* WHAT IS NEEDED:
Quote the entries below from the line with "#42=CARTESIAN_POINT('',(25.,0.,0.));" through the line with "#49=PLANE('',#36);", both ends included, and only those lines.

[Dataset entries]
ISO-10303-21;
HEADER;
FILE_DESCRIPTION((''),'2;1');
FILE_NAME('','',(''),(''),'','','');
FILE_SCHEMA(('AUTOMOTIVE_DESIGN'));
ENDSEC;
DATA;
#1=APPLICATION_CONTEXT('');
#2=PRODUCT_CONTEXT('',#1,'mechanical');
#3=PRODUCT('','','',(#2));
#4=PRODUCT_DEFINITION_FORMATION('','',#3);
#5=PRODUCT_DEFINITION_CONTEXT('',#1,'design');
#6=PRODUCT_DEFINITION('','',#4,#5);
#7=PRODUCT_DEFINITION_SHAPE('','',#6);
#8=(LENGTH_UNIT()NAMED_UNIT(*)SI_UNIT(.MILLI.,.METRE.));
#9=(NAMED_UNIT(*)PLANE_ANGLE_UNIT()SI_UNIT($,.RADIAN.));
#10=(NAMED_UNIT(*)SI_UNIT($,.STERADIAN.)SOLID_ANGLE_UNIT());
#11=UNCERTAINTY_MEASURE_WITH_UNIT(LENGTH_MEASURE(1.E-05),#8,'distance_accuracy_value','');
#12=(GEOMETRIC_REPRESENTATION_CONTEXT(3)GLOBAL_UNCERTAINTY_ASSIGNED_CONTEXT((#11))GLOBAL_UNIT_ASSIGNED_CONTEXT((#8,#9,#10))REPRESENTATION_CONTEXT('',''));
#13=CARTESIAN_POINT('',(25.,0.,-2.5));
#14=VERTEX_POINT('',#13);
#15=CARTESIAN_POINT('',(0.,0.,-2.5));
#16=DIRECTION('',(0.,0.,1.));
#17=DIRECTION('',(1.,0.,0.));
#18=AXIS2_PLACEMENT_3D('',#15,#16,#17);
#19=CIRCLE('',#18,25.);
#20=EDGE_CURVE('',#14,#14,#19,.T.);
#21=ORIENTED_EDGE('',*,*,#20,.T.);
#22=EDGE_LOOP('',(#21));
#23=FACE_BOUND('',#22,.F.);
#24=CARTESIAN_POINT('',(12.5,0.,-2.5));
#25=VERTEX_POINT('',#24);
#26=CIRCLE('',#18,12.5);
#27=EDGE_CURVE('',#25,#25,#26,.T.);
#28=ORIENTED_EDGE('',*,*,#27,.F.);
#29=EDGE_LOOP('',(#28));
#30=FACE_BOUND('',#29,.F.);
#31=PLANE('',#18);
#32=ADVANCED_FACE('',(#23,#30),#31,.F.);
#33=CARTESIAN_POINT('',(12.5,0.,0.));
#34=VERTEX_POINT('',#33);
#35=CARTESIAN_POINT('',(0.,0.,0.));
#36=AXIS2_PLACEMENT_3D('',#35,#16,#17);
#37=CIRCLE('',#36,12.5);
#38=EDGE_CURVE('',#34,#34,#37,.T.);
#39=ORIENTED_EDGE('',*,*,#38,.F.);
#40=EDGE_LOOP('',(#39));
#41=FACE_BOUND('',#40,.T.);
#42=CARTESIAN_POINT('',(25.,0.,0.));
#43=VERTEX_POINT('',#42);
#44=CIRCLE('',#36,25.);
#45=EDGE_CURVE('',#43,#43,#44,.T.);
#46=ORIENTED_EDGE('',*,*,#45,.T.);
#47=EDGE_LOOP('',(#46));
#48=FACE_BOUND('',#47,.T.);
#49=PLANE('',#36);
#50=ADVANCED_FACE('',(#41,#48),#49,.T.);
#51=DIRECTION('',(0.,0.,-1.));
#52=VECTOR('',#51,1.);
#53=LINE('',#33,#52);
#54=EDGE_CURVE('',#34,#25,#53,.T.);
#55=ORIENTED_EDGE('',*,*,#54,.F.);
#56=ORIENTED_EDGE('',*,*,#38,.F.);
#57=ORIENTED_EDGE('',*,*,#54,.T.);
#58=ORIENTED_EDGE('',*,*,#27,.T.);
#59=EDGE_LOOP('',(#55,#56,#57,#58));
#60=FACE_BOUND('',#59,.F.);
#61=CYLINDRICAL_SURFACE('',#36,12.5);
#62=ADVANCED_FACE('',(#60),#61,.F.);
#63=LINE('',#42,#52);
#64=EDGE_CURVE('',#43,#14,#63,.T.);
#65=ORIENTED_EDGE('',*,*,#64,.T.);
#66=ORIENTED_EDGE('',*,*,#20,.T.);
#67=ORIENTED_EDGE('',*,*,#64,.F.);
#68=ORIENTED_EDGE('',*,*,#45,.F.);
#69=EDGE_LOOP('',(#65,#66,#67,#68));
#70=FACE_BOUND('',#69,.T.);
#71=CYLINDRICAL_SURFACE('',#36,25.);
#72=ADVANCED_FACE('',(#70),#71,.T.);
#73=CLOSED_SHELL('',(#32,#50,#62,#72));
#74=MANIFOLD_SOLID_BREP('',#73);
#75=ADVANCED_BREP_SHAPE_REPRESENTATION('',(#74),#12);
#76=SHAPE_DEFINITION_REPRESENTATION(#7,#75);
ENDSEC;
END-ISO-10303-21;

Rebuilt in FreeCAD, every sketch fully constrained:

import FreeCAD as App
import Part
import Sketcher
from FreeCAD import Vector

doc = App.newDocument("Part")
body = doc.addObject("PartDesign::Body", "Body")

# Sketch on XY plane
sketch1 = body.newObject("Sketcher::SketchObject", "Sketch")
sketch1.AttachmentSupport = (doc.getObject("XY_Plane"), [""])
sketch1.MapMode = "FlatFace"
sketch1.addGeometry(Part.Circle(Vector(0, 0, 0), Vector(0, 0, 1), 25), False)
sketch1.addGeometry(Part.Circle(Vector(0, 0, 0), Vector(0, 0, 1), 12), False)
sketch1.addConstraint(Sketcher.Constraint("Coincident", 0, 3, -1, 1))
sketch1.addConstraint(Sketcher.Constraint("Coincident", 1, 3, -1, 1))
sketch1.addConstraint(Sketcher.Constraint("Diameter", 0, 50.0))
sketch1.addConstraint(Sketcher.Constraint("Diameter", 1, 25.0))
pad1 = body.newObject("PartDesign::Pad", "Pad")
pad1.Profile = sketch1
pad1.Length = 2.5
pad1.Reversed = True

doc.recompute()
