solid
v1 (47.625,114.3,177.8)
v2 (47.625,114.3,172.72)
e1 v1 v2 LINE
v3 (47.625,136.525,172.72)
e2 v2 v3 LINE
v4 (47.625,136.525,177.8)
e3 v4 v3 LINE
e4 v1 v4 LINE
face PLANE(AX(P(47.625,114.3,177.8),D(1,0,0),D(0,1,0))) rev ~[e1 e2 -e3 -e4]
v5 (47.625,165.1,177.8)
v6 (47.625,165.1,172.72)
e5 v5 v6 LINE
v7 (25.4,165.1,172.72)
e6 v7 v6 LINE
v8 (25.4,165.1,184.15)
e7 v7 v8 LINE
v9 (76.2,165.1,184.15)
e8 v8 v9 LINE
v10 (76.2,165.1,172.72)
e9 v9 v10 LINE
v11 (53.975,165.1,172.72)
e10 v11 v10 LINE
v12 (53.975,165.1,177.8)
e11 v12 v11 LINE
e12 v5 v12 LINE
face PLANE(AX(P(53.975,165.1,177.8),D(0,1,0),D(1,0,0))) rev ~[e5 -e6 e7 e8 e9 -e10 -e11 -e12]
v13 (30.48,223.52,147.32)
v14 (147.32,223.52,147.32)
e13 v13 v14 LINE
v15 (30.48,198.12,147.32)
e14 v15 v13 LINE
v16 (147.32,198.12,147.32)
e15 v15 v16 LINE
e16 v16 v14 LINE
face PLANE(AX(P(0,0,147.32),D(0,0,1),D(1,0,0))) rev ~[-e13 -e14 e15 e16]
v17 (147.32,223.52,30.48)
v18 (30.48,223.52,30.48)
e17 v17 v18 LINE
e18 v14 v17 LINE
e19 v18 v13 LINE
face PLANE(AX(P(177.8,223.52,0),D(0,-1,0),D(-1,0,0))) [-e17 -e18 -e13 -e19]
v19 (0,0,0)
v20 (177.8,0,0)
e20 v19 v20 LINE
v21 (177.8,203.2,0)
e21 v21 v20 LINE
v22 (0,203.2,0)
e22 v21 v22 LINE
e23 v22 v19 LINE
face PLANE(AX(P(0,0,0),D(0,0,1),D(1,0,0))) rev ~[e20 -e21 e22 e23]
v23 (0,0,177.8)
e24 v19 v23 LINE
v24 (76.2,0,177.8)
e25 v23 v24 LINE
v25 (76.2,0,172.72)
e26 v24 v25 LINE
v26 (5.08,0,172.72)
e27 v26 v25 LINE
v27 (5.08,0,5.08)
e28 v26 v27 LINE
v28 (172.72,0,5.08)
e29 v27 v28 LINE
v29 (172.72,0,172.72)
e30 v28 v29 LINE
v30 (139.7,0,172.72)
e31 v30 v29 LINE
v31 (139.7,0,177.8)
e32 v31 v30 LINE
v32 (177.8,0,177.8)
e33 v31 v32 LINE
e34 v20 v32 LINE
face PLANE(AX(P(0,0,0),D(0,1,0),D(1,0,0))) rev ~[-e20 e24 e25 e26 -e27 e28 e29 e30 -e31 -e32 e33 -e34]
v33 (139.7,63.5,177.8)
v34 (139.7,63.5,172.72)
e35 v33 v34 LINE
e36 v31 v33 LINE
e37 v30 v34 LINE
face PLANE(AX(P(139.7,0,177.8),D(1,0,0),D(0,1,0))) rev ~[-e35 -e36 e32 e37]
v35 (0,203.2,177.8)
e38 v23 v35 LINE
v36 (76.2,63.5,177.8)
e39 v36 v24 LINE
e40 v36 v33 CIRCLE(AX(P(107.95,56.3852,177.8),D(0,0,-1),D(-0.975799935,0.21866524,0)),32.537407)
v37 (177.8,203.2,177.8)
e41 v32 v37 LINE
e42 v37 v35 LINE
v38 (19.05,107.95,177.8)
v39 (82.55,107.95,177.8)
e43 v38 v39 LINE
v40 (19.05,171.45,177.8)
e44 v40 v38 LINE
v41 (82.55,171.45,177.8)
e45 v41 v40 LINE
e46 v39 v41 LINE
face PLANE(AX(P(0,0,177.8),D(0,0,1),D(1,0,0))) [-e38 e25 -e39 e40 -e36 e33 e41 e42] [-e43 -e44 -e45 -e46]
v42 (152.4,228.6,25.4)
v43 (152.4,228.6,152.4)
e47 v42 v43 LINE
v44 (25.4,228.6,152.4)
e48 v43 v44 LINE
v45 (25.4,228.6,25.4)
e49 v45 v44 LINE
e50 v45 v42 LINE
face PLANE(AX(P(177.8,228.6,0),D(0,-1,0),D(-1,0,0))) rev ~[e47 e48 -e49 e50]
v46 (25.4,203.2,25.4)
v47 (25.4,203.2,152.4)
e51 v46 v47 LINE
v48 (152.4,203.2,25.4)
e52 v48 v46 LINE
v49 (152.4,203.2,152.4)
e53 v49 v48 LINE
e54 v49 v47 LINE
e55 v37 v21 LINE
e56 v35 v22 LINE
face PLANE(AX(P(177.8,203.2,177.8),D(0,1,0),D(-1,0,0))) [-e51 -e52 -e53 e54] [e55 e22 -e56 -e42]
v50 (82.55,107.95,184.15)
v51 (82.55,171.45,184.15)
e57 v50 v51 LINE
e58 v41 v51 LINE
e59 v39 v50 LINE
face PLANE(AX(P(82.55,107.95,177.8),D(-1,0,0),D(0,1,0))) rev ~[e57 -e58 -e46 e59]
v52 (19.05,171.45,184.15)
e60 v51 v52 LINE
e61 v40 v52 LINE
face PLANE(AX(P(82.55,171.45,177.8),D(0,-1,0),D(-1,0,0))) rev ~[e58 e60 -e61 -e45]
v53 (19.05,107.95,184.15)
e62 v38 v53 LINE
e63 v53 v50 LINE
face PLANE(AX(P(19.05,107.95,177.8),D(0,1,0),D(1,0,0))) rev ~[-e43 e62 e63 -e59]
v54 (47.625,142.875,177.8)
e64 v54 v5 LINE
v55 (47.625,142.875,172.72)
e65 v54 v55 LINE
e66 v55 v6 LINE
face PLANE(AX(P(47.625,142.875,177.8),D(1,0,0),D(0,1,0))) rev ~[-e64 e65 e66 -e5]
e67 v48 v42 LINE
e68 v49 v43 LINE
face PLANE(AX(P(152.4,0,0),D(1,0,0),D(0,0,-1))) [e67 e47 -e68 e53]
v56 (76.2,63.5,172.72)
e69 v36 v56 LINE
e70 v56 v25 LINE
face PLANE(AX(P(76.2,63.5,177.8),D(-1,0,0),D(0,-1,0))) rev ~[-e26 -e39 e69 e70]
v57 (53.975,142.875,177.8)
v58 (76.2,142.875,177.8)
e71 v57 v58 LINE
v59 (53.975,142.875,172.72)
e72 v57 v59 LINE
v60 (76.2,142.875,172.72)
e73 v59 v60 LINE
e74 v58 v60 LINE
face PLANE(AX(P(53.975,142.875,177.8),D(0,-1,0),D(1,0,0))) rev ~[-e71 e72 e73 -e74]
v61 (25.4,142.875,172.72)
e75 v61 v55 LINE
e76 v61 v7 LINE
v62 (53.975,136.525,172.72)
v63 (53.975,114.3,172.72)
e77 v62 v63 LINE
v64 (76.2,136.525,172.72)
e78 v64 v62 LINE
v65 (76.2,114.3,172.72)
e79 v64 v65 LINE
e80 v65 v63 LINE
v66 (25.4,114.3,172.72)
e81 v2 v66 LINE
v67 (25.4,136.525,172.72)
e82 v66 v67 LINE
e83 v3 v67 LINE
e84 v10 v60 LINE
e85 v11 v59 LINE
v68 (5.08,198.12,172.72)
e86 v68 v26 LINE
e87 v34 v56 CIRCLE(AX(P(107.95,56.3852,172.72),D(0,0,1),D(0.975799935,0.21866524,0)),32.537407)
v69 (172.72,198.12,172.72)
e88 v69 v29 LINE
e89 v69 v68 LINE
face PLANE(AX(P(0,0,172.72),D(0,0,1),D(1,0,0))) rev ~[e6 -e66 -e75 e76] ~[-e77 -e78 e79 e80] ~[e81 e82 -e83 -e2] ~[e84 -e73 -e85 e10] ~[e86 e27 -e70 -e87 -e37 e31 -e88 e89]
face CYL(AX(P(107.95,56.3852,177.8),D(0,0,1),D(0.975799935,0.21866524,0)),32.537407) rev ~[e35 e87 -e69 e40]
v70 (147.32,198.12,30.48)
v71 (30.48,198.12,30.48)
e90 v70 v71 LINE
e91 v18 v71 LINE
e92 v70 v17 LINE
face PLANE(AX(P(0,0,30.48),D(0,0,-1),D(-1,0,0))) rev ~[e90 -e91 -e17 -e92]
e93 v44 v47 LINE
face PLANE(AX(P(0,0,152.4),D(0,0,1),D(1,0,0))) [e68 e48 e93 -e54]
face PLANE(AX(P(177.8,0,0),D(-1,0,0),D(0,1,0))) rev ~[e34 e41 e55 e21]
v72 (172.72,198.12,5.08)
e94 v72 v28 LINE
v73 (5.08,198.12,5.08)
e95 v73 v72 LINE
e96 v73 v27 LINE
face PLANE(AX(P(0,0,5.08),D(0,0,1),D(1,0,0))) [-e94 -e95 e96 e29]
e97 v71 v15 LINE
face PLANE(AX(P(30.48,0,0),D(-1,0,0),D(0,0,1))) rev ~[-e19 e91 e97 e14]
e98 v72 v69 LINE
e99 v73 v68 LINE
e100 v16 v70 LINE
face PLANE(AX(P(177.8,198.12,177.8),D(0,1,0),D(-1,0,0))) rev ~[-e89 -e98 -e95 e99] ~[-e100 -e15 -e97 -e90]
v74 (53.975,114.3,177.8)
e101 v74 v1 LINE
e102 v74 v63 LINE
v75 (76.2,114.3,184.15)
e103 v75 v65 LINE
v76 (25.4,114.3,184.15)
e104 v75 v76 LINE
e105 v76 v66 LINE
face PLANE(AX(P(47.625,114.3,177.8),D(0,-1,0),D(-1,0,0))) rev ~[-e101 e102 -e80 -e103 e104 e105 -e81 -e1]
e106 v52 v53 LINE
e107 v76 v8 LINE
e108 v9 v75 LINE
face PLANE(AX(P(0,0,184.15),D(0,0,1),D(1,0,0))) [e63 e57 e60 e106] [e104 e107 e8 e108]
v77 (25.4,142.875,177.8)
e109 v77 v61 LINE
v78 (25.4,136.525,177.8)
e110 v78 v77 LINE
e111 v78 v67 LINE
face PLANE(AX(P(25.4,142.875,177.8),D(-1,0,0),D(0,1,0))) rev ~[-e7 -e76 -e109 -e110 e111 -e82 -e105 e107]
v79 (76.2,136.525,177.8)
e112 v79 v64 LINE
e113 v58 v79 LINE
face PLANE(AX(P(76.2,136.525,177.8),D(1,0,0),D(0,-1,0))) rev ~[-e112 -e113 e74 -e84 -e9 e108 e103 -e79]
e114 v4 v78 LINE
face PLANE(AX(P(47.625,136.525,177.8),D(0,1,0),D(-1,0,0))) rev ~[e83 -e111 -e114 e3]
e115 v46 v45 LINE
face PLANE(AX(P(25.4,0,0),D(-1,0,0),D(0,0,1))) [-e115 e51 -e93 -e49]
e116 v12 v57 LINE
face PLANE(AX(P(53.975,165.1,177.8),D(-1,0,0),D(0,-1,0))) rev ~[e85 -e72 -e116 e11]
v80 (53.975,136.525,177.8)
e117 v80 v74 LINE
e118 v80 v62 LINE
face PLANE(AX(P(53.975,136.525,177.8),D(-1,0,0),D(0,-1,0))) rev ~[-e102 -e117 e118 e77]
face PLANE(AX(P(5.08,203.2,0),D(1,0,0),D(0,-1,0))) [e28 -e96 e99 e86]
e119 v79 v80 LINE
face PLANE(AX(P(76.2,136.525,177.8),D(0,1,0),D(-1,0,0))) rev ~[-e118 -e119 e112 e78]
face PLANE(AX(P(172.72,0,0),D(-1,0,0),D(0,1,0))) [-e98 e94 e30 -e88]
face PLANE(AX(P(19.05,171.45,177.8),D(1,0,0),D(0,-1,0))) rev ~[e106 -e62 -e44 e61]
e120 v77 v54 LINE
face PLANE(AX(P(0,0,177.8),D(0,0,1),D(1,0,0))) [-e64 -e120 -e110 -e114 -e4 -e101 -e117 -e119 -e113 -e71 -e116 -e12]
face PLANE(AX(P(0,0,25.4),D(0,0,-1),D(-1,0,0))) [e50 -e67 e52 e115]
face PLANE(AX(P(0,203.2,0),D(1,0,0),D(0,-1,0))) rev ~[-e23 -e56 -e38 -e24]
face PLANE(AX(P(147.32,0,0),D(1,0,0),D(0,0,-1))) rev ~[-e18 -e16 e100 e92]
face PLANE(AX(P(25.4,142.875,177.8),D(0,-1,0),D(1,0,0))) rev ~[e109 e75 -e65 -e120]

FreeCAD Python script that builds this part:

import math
import FreeCAD as App
import Part
import Sketcher
from FreeCAD import Vector
Q = App.Units.Quantity


def faces_at(feature, points):
    """Names of the faces that lie closest to the given points."""
    faces = feature.Shape.Faces
    near = lambda p: min(range(len(faces)), key=lambda i: faces[i].distToShape(Part.Vertex(*p))[0])
    return sorted({f"Face{near(p) + 1}" for p in points})


def add_polygon(sketch, points):
    """Adds a closed chain of lines whose ends are joined by coincident constraints."""
    first, n = sketch.GeometryCount, len(points)
    for a, b in zip(points, points[1:] + points[:1]):
        sketch.addGeometry(Part.LineSegment(App.Vector(*a, 0), App.Vector(*b, 0)), False)
    for i in range(n):
        sketch.addConstraint(Sketcher.Constraint("Coincident", first + i, 2, first + (i + 1) % n, 1))

doc = App.newDocument("Part")
params = doc.addObject("Spreadsheet::Sheet", "Params")
for row, (alias, value) in enumerate([
    ("sketch1_width", "7 in"),
    ("sketch1_height", "9 in"),
    ("pad1_length", "7 in"),
    ("sketch2_width", "7 in"),
    ("sketch2_height", "1 in"),
    ("pocket1_length", "1 in"),
    ("sketch3_width", "1 in"),
    ("sketch3_height", "7 in"),
    ("pocket2_length", "1 in"),
    ("sketch4_width", "7 in"),
    ("sketch4_height", "1 in"),
    ("pocket3_length", "1 in"),
    ("sketch5_width", "1 in"),
    ("sketch5_height", "7 in"),
    ("pocket4_length", "1 in"),
    ("thickness_wall", "0.2 in"),
    ("pocket5_length", "1 in"),
    ("sketch7_width", "2 in"),
    ("pad2_length", "0.25 in"),
    ("sketch8_width", "2.5 in"),
    ("sketch8_radius", "1.281 in"),
    ("pocket6_length", "0.25 in"),
], start=1):
    params.set(f"A{row}", alias)
    params.set(f"B{row}", "=" + value)
    params.setAlias(f"B{row}", alias)

body = doc.addObject("PartDesign::Body", "Body")

# Sketch on XY plane
sketch1 = doc.addObject("Sketcher::SketchObject", "Sketch")
body.addObject(sketch1)
sketch1.AttachmentSupport = (doc.XY_Plane, [""])
sketch1.MapMode = "FlatFace"
add_polygon(sketch1, [(0, 0), (177.8, 0), (177.8, 228.6), (0, 228.6)])  # lines 0-3
sketch1.addConstraint(Sketcher.Constraint("Horizontal", 0))
sketch1.addConstraint(Sketcher.Constraint("Vertical", 1))
sketch1.addConstraint(Sketcher.Constraint("Horizontal", 2))
sketch1.addConstraint(Sketcher.Constraint("Vertical", 3))
sketch1.addConstraint(Sketcher.Constraint("Coincident", 3, 2, -1, 1))
sketch1.addConstraint(Sketcher.Constraint("DistanceX", 0, 1, 0, 2, Q("7 in")))
sketch1.addConstraint(Sketcher.Constraint("DistanceY", 1, 1, 1, 2, Q("9 in")))
sketch1.setExpression("Constraints[9]", "Params.sketch1_width")
sketch1.setExpression("Constraints[10]", "Params.sketch1_height")
pad1 = doc.addObject("PartDesign::Pad", "Pad")
body.addObject(pad1)
pad1.Profile = sketch1
pad1.setExpression("Length", "Params.pad1_length")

* RESPONSE TO THIS EXERCISE:
#42=CARTESIAN_POINT('',(25.,0.,0.));
#43=VERTEX_POINT('',#42);
#44=CIRCLE('',#36,25.);
#45=EDGE_CURVE('',#43,#43,#44,.T.);
#46=ORIENTED_EDGE('',*,*,#45,.T.);
#47=EDGE_LOOP('',(#46));
#48=FACE_BOUND('',#47,.T.);
#49=PLANE('',#36);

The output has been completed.